GAZETA DO POVO - PR - 08/10
Agora serão 28 partidos na Câmara, e a motivação de alguns deles para existir é unicamente o acesso a benesses como tempo de televisão e o Fundo Partidário
Tão mais forte será uma democracia quanto mais fortes e representativos forem os partidos políticos. Não é um alto número de legendas, mas a sua qualidade, que dá vigor às instituições e à participação popular no processo político que conduz a nação. Por isso, não é porque o país conte hoje com 30 partidos e que vários outros estejam em vias de criação que podemos ter a sensação de que a nossa democracia representativa tenha chegado à beira da perfeição. Pelo contrário: há distorções graves que precisam ser corrigidas.
O resultado das eleições do último domingo levou à Câmara, na legislatura que se inicia em janeiro próximo, a ter bancadas de nada menos de 28 partidos – seis a mais que na atual. Pelo menos três “bancadas” terão um só deputado; outras três terão dois parlamentares cada uma. Mas o fato de essas legendas contarem agora com representantes eleitos lhes dá direito a verbas do Fundo Partidário e a tempos maiores nos horários dos programas eleitorais, o que por sua vez lhes permite negociar a preço alto alianças com as grandes siglas.

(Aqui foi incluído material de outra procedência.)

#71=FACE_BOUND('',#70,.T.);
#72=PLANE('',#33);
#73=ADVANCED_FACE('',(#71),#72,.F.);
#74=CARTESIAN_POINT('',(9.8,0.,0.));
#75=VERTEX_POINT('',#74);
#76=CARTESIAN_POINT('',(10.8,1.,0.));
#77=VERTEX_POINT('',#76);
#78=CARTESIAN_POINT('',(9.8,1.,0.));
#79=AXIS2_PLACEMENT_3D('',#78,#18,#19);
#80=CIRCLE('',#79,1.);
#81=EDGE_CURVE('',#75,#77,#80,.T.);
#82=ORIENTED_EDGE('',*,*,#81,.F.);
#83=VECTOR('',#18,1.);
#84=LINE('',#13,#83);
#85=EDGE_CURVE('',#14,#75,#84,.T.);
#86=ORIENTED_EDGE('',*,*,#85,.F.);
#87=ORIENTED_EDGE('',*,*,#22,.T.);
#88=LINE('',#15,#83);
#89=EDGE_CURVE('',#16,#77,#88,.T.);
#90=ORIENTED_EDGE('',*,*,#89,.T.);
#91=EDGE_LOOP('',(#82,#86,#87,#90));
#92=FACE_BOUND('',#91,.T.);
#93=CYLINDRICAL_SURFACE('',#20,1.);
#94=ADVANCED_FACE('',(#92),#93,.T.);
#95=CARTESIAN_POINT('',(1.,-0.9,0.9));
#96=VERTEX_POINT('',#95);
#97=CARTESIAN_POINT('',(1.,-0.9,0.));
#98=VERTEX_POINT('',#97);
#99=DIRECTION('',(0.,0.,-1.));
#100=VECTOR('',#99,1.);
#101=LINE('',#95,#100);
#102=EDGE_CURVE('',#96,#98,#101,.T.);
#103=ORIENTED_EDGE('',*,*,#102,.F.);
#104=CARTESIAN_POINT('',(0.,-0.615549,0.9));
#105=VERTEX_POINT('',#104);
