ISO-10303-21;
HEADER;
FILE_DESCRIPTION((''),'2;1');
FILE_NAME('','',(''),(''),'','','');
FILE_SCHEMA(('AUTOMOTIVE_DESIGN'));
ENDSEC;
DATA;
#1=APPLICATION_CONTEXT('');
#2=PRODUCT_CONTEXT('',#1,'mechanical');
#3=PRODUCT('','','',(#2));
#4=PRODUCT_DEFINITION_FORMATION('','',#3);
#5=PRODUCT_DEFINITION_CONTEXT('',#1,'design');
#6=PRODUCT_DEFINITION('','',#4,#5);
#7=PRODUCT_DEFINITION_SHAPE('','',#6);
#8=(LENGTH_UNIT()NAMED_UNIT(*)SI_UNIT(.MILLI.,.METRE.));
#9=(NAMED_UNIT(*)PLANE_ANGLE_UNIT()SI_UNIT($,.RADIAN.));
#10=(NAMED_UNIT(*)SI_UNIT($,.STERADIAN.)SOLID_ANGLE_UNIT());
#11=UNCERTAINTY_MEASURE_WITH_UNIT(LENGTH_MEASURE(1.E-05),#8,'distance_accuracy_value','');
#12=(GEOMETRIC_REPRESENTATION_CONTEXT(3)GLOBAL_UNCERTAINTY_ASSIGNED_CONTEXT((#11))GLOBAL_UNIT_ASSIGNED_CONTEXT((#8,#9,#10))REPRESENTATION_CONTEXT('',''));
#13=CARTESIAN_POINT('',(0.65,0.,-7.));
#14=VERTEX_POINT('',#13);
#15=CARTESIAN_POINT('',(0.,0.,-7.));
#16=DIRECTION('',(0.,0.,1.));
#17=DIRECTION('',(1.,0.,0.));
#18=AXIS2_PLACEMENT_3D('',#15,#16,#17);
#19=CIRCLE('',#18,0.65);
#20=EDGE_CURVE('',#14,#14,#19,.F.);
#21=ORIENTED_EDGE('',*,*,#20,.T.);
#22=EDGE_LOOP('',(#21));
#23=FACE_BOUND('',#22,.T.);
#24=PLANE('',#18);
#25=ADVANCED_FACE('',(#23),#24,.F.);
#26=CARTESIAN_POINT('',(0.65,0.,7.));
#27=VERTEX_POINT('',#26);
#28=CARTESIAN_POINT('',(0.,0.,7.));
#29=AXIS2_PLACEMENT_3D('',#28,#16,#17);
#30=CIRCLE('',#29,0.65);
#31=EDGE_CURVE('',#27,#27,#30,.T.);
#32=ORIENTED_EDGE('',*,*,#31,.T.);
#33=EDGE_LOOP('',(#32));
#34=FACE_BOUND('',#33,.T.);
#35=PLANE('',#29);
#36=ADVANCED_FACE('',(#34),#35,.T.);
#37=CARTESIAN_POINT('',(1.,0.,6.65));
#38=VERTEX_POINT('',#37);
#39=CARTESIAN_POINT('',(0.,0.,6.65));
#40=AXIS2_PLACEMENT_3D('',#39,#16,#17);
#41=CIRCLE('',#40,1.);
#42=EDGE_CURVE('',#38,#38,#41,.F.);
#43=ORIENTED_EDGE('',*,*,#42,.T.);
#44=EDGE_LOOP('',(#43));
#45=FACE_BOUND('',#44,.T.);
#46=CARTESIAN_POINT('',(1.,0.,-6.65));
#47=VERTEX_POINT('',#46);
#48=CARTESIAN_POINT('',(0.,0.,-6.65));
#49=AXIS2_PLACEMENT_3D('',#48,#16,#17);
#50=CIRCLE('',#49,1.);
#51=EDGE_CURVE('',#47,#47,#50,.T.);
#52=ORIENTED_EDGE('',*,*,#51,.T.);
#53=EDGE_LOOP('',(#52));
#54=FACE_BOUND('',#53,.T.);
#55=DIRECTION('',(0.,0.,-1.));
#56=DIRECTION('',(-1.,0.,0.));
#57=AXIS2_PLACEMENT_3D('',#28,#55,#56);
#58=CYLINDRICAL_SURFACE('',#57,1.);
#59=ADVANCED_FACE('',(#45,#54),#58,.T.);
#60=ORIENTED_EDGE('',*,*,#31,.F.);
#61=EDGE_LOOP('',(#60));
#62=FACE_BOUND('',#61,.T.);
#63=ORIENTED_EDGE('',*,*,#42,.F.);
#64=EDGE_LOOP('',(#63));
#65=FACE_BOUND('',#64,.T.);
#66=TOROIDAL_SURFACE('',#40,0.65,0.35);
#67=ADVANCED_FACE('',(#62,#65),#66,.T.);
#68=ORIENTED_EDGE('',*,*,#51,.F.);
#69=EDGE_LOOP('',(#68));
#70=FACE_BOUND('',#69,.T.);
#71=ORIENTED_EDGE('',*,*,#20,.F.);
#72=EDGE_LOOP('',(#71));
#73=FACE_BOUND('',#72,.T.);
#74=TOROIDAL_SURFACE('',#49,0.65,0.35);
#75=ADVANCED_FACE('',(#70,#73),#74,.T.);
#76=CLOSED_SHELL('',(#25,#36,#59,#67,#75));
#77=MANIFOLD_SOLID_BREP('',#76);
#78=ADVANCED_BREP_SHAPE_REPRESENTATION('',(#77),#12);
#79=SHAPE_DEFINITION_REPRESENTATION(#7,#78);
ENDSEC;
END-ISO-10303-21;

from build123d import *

# Parameters (mm, degrees)
SKETCH1_R           = 1
BOSS_EXTRUDE1_DEPTH = 7
FILLET1_R           = 0.35


with BuildPart() as part:
    # Sketch1 → Boss-Extrude1 (new body, symmetric)
    with BuildSketch(Plane.XY):
        Circle(SKETCH1_R)
    extrude(amount=BOSS_EXTRUDE1_DEPTH, both=True)

    # Fillet1
    fillet1_edges = [part.edges().sort_by_distance(p)[0] for p in [
        (-1, 0, -7),
        (-1, 0, 7),
    ]]
    fillet(fillet1_edges, radius=FILLET1_R)


solid = part.part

Esse é um dos muitos males incrustados na legislação político-eleitoral do país e que há muito carece de uma reforma profunda. Nosso sistema é invertido: colocam-se várias dificuldades à criação de partidos (que o diga a Rede Sustentabilidade de Marina Silva), mas qualquer legenda, pelo mero fato de existir, ganha verbas e tempo de televisão. O correto deveria ser o oposto: que qualquer grupo de brasileiros pudesse criar partidos políticos sem burocracias exageradas, mas que essas legendas só tivessem acesso a recursos públicos se mostrassem ser representativas de uma parcela significativa da população.
Quanto a esse segundo aspecto, há um remédio já identificado, mas nunca aplicado. Trata-se da cláusula de barreira, constante de uma lei sancionada em meados da década de 90, mas que o Supremo Tribunal Federal (STF), em 2006, derrubou por considerá-la inconstitucional. O dispositivo previa que não teriam acesso ao Fundo Partidário e a horários de propaganda eleitoral os partidos que não tivessem obtido na eleição imediatamente anterior pelo menos 5% dos votos para a Câmara. Ao tirar dos aproveitadores a possibilidade de colocar nas mesas de negociação mecanismos tão valiosos, a cláusula seria suficientemente poderosa para inibir iniciativas do gênero.
O STF preferiu entender que não devem ser cerceados os direitos constitucionais que asseguram a livre associação e a representação das minorias, impondo como restrição apenas a condição de que não atentem contra a soberania nacional. Ministros do Supremo concordam, no entanto, que é necessário impor limites ao clientelismo. Já se pronunciaram claramente a respeito por exemplo, o ex-presidente do STF Joaquim Barbosa e o atual presidente do Tribunal Superior Eleitoral (TSE), Dias Toffoli, também ministro do STF. Eles chegaram a concordar que o Supremo errou ao escancarar as portas para a formação oportunista de novos partidos – Toffoli voltou a repetir o raciocínio depois do resultado de domingo.
Tramita no Congresso o texto de uma reforma política proposta pelo Executivo e que prevê a institucionalização da cláusula de barreira. Nessa versão, partidos que fiquem abaixo do patamar determinado não estão impedidos de eleger deputados, mas terão acesso vedado ao grosso do Fundo Partidário e do horário político. Falta, no entanto, a chamada “vontade política” dos congressistas em votar o conjunto de dispositivos depuradores nela contidos – entre eles, o que impõe a barreira. Justamente porque, na medida em que mais partidos existirem, independentemente de sua representatividade, mais dificuldades à governabilidade podem ser trocadas por facilidades que interessam a uns poucos.
A esperança, embora pálida, é de que o Congresso a ser empossado em janeiro dê seguimento célere, após o devido debate, à reforma política. Sem ela, nenhuma de todas as outras reformas de que o Brasil depende para empreender o seu desenvolvimento econômico e social será viável.